Since both the Social Democrats and the Greens refused to form a coalition with The Left, the ball returned to the mayor’s court, if he wanted to stay in office.  But the closest friends of his Christian Union, the rightwing Free Democrats, had failed to get the needed 5 percent and thus had no seats in the city-state council.  And a “grand coalition” with the Social Democrats, like the one on the national level, was taboo from the start since both parties are already maneuvering to end this dubious alliance after next year’s national election.  The only remaining possibility, aside from going to the polls again, was to join with the Greens.  But would that party, always considered to be on the left of the party spectrum, join with Germany’s main rightwing party on a state level?  It had been tried in some towns and villages, but it had hardly counted there.  Would the Greens concur on a Black-Green coalition on such an important level?  The media and most readers held their collective breaths at this possible new turn.  Then the answer came: they would, and they did.  After lengthy negotiations and a number of compromises by both parties — no new power plant based on coal, but dredging of sections of the Elbe for bigger ships — this first real break in the traditional party line-up was agreed on.  Thus, while keeping their position of never joining with The Left, at least in Western Germany, the Greens took a big step to the right.  Although they swore they would never join a coalition with Christian Democrats on the national level, there were those, in and out of the party, who looked ahead to 2009 and expressed their doubts.

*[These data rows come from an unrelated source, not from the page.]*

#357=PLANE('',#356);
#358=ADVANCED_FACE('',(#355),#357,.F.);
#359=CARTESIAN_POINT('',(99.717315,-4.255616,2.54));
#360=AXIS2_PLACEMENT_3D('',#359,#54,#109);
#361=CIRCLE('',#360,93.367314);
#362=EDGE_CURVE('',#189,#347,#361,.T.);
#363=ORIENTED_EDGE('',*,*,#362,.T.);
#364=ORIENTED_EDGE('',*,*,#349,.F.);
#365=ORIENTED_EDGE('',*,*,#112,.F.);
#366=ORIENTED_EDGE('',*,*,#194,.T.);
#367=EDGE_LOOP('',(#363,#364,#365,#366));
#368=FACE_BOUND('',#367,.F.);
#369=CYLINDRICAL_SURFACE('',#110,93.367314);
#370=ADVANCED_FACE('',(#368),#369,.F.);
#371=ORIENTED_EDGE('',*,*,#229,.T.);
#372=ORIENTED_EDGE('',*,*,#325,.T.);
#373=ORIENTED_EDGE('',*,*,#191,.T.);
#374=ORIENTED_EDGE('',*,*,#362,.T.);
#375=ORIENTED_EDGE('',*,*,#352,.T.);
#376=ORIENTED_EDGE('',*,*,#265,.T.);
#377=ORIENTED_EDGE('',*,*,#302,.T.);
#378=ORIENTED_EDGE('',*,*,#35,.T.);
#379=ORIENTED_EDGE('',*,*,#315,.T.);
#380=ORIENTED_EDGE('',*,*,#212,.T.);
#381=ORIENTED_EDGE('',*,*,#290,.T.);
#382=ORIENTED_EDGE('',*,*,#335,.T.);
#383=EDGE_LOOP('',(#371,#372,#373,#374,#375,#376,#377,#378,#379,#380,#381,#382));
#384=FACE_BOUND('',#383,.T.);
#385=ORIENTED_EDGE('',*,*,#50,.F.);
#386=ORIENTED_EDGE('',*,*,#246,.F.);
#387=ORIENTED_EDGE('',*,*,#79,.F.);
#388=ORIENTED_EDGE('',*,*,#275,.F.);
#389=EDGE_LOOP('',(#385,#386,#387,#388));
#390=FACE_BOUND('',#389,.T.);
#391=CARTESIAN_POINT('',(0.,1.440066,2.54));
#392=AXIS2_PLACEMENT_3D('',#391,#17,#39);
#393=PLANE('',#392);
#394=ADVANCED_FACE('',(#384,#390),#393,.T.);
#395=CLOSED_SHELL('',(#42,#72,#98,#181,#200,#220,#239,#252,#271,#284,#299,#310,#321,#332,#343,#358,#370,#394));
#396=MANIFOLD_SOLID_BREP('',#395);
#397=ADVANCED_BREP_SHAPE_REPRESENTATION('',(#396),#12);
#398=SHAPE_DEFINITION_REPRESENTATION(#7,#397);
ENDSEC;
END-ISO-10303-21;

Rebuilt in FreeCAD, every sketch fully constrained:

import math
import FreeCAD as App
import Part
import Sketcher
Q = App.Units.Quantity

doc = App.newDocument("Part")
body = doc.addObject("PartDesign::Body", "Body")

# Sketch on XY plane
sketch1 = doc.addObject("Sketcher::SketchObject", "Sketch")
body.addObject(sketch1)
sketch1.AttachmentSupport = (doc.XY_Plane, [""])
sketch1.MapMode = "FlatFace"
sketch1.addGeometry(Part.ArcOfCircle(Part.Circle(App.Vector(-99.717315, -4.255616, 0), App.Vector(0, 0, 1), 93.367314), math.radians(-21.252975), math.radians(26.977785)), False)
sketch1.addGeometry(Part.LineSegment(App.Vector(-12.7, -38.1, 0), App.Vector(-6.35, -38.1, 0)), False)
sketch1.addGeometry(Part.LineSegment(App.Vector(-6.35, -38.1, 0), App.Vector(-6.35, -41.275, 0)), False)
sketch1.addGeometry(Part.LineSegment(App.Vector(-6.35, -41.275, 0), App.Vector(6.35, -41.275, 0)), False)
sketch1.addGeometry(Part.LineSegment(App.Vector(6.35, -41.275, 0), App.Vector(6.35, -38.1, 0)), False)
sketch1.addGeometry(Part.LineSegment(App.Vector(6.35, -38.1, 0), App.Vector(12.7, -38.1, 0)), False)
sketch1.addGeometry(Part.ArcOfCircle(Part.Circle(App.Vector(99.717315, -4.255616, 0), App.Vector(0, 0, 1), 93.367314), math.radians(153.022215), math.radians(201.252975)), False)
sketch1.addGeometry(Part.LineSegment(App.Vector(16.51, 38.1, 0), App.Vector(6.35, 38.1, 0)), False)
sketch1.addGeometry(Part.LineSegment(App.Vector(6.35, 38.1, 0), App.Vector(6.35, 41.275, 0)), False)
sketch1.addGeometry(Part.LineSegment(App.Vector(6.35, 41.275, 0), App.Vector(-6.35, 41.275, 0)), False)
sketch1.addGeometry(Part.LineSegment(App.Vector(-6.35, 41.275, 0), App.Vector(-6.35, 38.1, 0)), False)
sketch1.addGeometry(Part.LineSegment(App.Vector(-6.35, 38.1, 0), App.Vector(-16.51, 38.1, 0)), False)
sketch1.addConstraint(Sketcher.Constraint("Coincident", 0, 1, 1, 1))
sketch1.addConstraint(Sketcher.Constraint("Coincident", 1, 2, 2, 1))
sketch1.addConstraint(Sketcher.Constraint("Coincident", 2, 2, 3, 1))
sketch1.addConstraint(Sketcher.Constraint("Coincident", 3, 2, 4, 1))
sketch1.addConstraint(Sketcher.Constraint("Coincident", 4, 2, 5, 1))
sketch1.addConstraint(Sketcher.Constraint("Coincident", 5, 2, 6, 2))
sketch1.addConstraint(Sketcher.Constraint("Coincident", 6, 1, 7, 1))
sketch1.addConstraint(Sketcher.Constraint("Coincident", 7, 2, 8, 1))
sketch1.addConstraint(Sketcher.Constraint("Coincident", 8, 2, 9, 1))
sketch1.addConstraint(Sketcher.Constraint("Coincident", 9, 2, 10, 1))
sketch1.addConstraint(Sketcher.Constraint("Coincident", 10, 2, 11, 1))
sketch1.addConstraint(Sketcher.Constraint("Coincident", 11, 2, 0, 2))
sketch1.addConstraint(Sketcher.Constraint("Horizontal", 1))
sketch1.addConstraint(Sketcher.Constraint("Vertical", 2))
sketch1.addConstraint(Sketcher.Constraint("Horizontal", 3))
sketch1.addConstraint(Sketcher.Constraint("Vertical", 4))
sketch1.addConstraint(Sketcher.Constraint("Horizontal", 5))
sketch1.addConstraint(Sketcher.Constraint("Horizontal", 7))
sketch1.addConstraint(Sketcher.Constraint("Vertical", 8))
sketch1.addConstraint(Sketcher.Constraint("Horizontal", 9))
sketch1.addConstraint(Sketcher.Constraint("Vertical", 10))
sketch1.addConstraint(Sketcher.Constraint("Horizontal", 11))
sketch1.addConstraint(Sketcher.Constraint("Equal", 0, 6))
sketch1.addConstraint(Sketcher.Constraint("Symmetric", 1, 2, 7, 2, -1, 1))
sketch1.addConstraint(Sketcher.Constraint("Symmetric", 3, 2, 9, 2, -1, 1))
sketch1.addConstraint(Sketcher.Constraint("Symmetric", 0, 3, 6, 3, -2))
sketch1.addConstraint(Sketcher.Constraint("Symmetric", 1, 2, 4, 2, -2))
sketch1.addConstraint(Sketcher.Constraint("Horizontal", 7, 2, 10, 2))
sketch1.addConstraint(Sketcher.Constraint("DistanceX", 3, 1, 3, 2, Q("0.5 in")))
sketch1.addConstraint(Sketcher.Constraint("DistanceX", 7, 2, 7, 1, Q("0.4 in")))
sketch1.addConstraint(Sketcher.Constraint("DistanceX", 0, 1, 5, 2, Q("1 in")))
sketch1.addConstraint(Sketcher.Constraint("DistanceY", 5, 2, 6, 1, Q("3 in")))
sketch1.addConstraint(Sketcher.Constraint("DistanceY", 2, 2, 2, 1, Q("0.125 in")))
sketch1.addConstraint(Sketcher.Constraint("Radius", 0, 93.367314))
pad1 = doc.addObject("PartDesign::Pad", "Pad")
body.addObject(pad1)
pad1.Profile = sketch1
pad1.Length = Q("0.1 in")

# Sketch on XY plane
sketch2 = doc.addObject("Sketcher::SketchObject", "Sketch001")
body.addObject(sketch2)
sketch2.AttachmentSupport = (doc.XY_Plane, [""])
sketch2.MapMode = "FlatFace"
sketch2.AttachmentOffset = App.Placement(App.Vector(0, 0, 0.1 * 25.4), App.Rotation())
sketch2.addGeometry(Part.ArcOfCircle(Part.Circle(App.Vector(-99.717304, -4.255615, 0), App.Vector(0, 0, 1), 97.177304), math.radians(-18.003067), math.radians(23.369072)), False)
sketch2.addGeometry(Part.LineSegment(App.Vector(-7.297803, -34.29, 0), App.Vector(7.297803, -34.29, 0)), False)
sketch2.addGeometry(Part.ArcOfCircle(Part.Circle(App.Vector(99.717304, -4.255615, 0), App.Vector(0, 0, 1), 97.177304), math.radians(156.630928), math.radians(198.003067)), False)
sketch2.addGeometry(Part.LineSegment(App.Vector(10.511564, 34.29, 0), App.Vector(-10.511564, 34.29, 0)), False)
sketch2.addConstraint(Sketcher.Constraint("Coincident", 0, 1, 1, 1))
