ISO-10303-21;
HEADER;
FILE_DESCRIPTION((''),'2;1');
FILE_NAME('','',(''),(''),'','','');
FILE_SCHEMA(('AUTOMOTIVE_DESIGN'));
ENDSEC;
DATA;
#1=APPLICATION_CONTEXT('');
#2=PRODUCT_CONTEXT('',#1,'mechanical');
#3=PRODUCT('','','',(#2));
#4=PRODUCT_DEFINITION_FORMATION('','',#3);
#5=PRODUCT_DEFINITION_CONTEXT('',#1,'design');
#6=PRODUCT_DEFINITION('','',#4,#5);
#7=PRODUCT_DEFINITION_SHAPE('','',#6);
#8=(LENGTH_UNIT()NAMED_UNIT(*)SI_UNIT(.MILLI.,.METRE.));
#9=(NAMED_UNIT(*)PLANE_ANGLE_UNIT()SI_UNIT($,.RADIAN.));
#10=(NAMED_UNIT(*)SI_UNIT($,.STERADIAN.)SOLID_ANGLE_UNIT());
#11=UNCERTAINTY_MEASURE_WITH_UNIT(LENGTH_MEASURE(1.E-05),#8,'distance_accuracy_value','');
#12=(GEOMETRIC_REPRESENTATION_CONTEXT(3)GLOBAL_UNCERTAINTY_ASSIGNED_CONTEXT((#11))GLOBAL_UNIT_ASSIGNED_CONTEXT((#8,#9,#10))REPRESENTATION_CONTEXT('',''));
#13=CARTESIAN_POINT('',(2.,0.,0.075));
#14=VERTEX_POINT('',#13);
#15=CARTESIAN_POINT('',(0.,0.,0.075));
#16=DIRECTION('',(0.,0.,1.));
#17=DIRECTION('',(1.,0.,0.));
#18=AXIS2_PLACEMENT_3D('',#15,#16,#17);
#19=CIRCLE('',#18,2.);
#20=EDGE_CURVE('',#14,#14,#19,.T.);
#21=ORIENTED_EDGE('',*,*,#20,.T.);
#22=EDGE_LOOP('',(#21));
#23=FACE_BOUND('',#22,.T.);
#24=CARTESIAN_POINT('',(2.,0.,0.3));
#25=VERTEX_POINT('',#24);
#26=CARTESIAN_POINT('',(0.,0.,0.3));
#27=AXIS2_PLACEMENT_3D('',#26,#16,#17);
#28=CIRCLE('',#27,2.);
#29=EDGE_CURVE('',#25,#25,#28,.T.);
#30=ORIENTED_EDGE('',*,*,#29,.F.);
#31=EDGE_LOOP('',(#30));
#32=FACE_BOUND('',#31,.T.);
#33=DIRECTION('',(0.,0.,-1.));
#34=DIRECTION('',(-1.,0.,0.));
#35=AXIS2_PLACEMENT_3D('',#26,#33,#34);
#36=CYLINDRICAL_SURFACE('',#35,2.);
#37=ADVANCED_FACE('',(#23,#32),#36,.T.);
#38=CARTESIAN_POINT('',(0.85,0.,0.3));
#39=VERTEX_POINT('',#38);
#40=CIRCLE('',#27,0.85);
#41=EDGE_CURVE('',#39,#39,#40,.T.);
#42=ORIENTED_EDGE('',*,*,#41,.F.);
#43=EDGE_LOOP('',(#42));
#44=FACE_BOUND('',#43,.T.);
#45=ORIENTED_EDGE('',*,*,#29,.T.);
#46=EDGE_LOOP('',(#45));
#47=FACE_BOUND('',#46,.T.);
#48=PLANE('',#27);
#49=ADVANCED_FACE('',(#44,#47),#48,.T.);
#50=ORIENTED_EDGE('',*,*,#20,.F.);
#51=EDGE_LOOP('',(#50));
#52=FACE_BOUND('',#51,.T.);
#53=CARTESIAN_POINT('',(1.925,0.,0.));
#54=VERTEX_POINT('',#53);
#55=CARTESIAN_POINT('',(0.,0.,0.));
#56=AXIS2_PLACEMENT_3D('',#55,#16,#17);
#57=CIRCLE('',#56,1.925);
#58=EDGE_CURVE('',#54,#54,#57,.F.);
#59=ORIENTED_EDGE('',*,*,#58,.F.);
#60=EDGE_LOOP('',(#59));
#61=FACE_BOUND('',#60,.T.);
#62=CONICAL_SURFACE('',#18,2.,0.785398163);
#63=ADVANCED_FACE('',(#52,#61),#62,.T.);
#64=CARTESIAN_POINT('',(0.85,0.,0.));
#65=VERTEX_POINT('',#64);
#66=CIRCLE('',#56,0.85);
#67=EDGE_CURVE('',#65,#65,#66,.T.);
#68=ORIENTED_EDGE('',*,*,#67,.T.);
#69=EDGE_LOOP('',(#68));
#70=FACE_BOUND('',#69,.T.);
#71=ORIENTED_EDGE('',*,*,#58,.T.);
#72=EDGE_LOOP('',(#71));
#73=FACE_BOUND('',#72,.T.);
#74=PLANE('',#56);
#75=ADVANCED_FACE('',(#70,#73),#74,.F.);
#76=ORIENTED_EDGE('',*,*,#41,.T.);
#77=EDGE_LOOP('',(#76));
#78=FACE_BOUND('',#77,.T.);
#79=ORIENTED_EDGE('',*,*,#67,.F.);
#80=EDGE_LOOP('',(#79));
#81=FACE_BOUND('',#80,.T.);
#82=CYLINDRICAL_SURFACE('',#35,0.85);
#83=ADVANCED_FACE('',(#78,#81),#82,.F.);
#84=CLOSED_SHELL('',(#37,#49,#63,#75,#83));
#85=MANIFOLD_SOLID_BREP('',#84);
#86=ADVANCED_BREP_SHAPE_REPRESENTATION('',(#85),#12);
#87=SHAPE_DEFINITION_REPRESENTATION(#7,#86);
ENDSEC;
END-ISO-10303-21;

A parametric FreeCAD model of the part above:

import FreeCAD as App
import Part
import Sketcher

V = App.Vector


def edges_at(feature, points):
    """Names of the edges that pass closest to the given points."""
    edges = feature.Shape.Edges
    near = lambda p: min(range(len(edges)), key=lambda i: edges[i].distToShape(Part.Vertex(*p))[0])
    return sorted({f"Edge{near(p) + 1}" for p in points})

doc = App.newDocument("Part")
params = doc.addObject("Spreadsheet::Sheet", "Params")
for row, (alias, value) in enumerate([
    ("sketch1_diameter", "4 mm"),
    ("sketch1_diameter2", "1.7 mm"),
    ("pad1_length", "0.3 mm"),
    ("chamfer_size", "0.075 mm"),
], start=1):
    params.set(f"A{row}", alias)
    params.set(f"B{row}", "=" + value)
    params.setAlias(f"B{row}", alias)

body = doc.addObject("PartDesign::Body", "Body")

# Sketch on XY plane
sketch1 = body.newObject("Sketcher::SketchObject", "Sketch")
sketch1.AttachmentSupport = (doc.getObject("XY_Plane"), [""])
sketch1.MapMode = "FlatFace"
sketch1.addGeometry([
    Part.Circle(V(0, 0, 0), V(0, 0, 1), 2),
    Part.Circle(V(0, 0, 0), V(0, 0, 1), 0.8),
], False)
sketch1.addConstraint([
    Sketcher.Constraint("Coincident", 0, 3, -1, 1),
    Sketcher.Constraint("Coincident", 1, 3, -1, 1),
    Sketcher.Constraint("Diameter", 0, 4.0),
    Sketcher.Constraint("Diameter", 1, 1.7),
])
sketch1.setExpression("Constraints[2]", "Params.sketch1_diameter")
sketch1.setExpression("Constraints[3]", "Params.sketch1_diameter2")
pad1 = body.newObject("PartDesign::Pad", "Pad")
pad1.Profile = sketch1
pad1.setExpression("Length", "Params.pad1_length")
doc.recompute()

chamfer = body.newObject("PartDesign::Chamfer", "Chamfer")
chamfer.Base = (pad1, edges_at(pad1, [(-2, 0, 0)]))
chamfer.setExpression("Size", "Params.chamfer_size")

doc.recompute()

A third event was all bad.  In the one-time East German state of Thuringia, the home of historical centers like Weimar, Erfurt, and Jena, the Christian Democrats are strong enough to govern on their own, with no coalition partners.  The prime minister, a West German “immigrant” named Althaus, was forced by a number of scandals to shake up his cabinet — and handed the government ministry responsible for education to Peter Krause, also from his own party, who has thus far distinguished himself only by writing for a very reactionary newspaper, the Junge Freiheit, which leans sharply towards one or the other neo-nazi parties in Germany.  He claims to have stopped writing for it some years ago, but has otherwise showed no signs of changing his views.  This is the man who will soon have a decisive voice in choosing history books for Thuringian schools.  Although The Left is already the second strongest party in Thuringia, it was unable to prevent this choice, and its delegates are now considering plans to turn their backs to Krause during the inauguration ceremonies.

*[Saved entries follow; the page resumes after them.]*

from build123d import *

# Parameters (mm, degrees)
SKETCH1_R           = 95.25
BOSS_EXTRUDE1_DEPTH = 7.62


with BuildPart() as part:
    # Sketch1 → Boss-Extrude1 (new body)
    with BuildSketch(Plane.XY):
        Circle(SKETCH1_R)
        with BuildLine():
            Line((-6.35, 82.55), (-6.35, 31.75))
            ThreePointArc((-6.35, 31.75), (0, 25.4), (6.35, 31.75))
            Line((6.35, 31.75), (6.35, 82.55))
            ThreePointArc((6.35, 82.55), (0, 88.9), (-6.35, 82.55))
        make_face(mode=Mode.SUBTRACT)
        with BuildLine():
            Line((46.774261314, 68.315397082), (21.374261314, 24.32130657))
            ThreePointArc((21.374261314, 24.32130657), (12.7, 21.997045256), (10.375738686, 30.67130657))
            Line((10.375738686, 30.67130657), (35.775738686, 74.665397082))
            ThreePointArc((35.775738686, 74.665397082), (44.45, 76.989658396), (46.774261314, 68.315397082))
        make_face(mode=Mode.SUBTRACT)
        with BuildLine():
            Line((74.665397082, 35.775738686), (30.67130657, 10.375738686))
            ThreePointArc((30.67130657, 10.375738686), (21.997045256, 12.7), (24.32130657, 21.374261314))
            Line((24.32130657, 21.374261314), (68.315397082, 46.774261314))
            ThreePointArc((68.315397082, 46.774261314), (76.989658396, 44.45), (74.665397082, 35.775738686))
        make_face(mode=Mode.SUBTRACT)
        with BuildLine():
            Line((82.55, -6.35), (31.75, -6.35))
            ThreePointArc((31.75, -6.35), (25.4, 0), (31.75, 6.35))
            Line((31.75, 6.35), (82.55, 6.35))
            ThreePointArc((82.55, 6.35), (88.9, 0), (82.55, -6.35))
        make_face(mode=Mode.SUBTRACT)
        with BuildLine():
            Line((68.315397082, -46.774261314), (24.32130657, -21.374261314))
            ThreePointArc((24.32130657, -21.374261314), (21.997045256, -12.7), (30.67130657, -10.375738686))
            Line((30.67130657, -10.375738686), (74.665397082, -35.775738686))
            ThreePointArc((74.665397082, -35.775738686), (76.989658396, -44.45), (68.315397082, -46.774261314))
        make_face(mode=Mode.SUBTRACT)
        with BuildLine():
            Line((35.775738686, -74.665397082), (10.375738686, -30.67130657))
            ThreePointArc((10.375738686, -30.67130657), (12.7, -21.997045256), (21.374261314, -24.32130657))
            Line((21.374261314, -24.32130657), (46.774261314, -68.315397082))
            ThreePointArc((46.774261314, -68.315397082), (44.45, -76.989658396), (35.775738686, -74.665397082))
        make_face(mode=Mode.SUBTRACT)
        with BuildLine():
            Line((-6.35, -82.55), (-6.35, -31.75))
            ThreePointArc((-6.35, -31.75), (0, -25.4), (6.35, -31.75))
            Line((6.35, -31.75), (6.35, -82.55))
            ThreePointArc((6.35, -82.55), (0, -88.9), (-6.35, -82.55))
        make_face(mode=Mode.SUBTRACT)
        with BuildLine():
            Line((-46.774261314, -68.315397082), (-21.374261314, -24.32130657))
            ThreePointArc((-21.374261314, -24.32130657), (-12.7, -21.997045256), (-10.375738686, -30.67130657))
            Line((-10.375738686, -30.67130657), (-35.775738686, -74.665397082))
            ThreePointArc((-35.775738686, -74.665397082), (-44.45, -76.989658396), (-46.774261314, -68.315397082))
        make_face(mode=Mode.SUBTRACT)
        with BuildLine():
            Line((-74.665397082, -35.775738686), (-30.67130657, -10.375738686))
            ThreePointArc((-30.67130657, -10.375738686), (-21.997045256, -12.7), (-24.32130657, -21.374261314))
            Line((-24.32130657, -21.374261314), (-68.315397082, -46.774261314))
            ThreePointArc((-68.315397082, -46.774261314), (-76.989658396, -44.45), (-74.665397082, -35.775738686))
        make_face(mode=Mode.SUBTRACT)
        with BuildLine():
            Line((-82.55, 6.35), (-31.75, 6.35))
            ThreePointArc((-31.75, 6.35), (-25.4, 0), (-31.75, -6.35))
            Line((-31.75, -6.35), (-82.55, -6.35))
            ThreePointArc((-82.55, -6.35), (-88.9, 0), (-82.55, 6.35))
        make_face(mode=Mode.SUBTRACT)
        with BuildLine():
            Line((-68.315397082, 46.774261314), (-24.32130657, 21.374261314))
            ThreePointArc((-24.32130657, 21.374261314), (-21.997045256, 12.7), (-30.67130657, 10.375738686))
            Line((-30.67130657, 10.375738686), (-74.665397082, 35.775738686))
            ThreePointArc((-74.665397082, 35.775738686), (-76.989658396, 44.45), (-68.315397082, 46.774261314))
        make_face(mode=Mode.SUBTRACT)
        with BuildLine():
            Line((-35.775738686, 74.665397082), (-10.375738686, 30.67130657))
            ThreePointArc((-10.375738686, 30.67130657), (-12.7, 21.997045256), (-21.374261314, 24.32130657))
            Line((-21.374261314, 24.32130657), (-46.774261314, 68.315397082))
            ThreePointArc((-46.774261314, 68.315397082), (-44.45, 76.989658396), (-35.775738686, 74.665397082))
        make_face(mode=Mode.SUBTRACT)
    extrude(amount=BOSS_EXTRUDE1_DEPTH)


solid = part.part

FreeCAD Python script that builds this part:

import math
import FreeCAD as App
import Part
import Sketcher

V = App.Vector
Q = App.Units.Quantity

doc = App.newDocument("Part")
params = doc.addObject("Spreadsheet::Sheet", "Params")
for row, (alias, value) in enumerate([
    ("sketch1_diameter", "7.5 in"),
    ("sketch1_width", "2 in"),
    ("sketch1_radius", "0.25 in"),
    ("sketch1_length", "2 in"),
    ("pad1_length", "0.3 in"),
], start=1):
    params.set(f"A{row}", alias)
    params.set(f"B{row}", "=" + value)
    params.setAlias(f"B{row}", alias)

body = doc.addObject("PartDesign::Body", "Body")

sketch1 = body.newObject("Sketcher::SketchObject", "Sketch")
sketch1.AttachmentSupport = (doc.getObject("XY_Plane"), [""])
sketch1.MapMode = "FlatFace"
sketch1.addGeometry(Part.Circle(V(0, 0, 0), V(0, 0, 1), 95), False)
sketch1.addGeometry(Part.ArcOfCircle(Part.Circle(V(-41, -71, 0), V(0, 0, 1), 6), math.radians(150), math.radians(330)), False)
sketch1.addGeometry(Part.LineSegment(V(-47, -68, 0), V(-21, -24, 0)), False)
sketch1.addGeometry(Part.ArcOfCircle(Part.Circle(V(-16, -27, 0), V(0, 0, 1), 6), math.radians(-30), math.radians(150)), False)
sketch1.addGeometry(Part.LineSegment(V(-10, -31, 0), V(-36, -75, 0)), False)
sketch1.addGeometry(Part.ArcOfCircle(Part.Circle(V(-71, -41, 0), V(0, 0, 1), 6), math.radians(120), math.radians(300)), False)
sketch1.addGeometry(Part.LineSegment(V(-75, -36, 0), V(-31, -10, 0)), False)
sketch1.addGeometry(Part.ArcOfCircle(Part.Circle(V(-27, -16, 0), V(0, 0, 1), 6), math.radians(-60), math.radians(120)), False)
sketch1.addGeometry(Part.LineSegment(V(-24, -21, 0), V(-68, -47, 0)), False)
sketch1.addGeometry(Part.ArcOfCircle(Part.Circle(V(0, -83, 0), V(0, 0, 1), 6), math.radians(180), math.radians(360)), False)
sketch1.addGeometry(Part.LineSegment(V(-6, -83, 0), V(-6, -32, 0)), False)
sketch1.addGeometry(Part.ArcOfCircle(Part.Circle(V(0, -32, 0), V(0, 0, 1), 6), math.radians(0), math.radians(180)), False)
sketch1.addGeometry(Part.LineSegment(V(6, -32, 0), V(6, -83, 0)), False)
sketch1.addGeometry(Part.ArcOfCircle(Part.Circle(V(41, -71, 0), V(0, 0, 1), 6), math.radians(-150), math.radians(30)), False)
sketch1.addGeometry(Part.LineSegment(V(36, -75, 0), V(10, -31, 0)), False)
sketch1.addGeometry(Part.ArcOfCircle(Part.Circle(V(16, -27, 0), V(0, 0, 1), 6), math.radians(30), math.radians(210)), False)
sketch1.addGeometry(Part.LineSegment(V(21, -24, 0), V(47, -68, 0)), False)
sketch1.addGeometry(Part.ArcOfCircle(Part.Circle(V(71, -41, 0), V(0, 0, 1), 6), math.radians(-120), math.radians(60)), False)
sketch1.addGeometry(Part.LineSegment(V(68, -47, 0), V(24, -21, 0)), False)
sketch1.addGeometry(Part.ArcOfCircle(Part.Circle(V(27, -16, 0), V(0, 0, 1), 6), math.radians(60), math.radians(240)), False)
sketch1.addGeometry(Part.LineSegment(V(31, -10, 0), V(75, -36, 0)), False)
sketch1.addGeometry(Part.ArcOfCircle(Part.Circle(V(-83, 0, 0), V(0, 0, 1), 6), math.radians(90), math.radians(270)), False)
sketch1.addGeometry(Part.LineSegment(V(-83, 6, 0), V(-32, 6, 0)), False)
sketch1.addGeometry(Part.ArcOfCircle(Part.Circle(V(-32, 0, 0), V(0, 0, 1), 6), math.radians(-90), math.radians(90)), False)
sketch1.addGeometry(Part.LineSegment(V(-32, -6, 0), V(-83, -6, 0)), False)
sketch1.addGeometry(Part.ArcOfCircle(Part.Circle(V(-71, 41, 0), V(0, 0, 1), 6), math.radians(60), math.radians(240)), False)
sketch1.addGeometry(Part.LineSegment(V(-68, 47, 0), V(-24, 21, 0)), False)
sketch1.addGeometry(Part.ArcOfCircle(Part.Circle(V(-27, 16, 0), V(0, 0, 1), 6), math.radians(-120), math.radians(60)), False)
sketch1.addGeometry(Part.LineSegment(V(-31, 10, 0), V(-75, 36, 0)), False)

This is no abstract matter.  Every weekend, in numerous cities throughout Germany, neo-nazis march ominously through the streets with their flags and shout anti-foreigner slogans.  They almost always face larger numbers of anti-fascists who sometimes block their paths.  Violent confrontations are usually prevented by the police, who often seem to favor the neo-nazis.  Hamburg was no exception, but while a lukewarm May Day union rally changed its site to avoid run-ins along the legally permitted parade route of about 1,000 neo-nazis, a crowd of over 10,000 determined anti-fascists from many parties, church groups, and militant union youth groups, took a stand against the nazi menace.  Some bottles and stones were thrown by both sides, some of the police were injured, and there were many arrests.  Ten of the busses which brought the fascists to Hamburg for the march were wrecked before the night was over.  The new city-state government in Hamburg — and Thuringia’s new Cabinet — will have their hands full from the start.


Victor Grossman, American journalist and author, is a resident of East Berlin for many years. He is the author of Crossing the River: A Memoir of the American Left, the Cold War, and Life in East Germany (University of Massachusetts Press, 2003).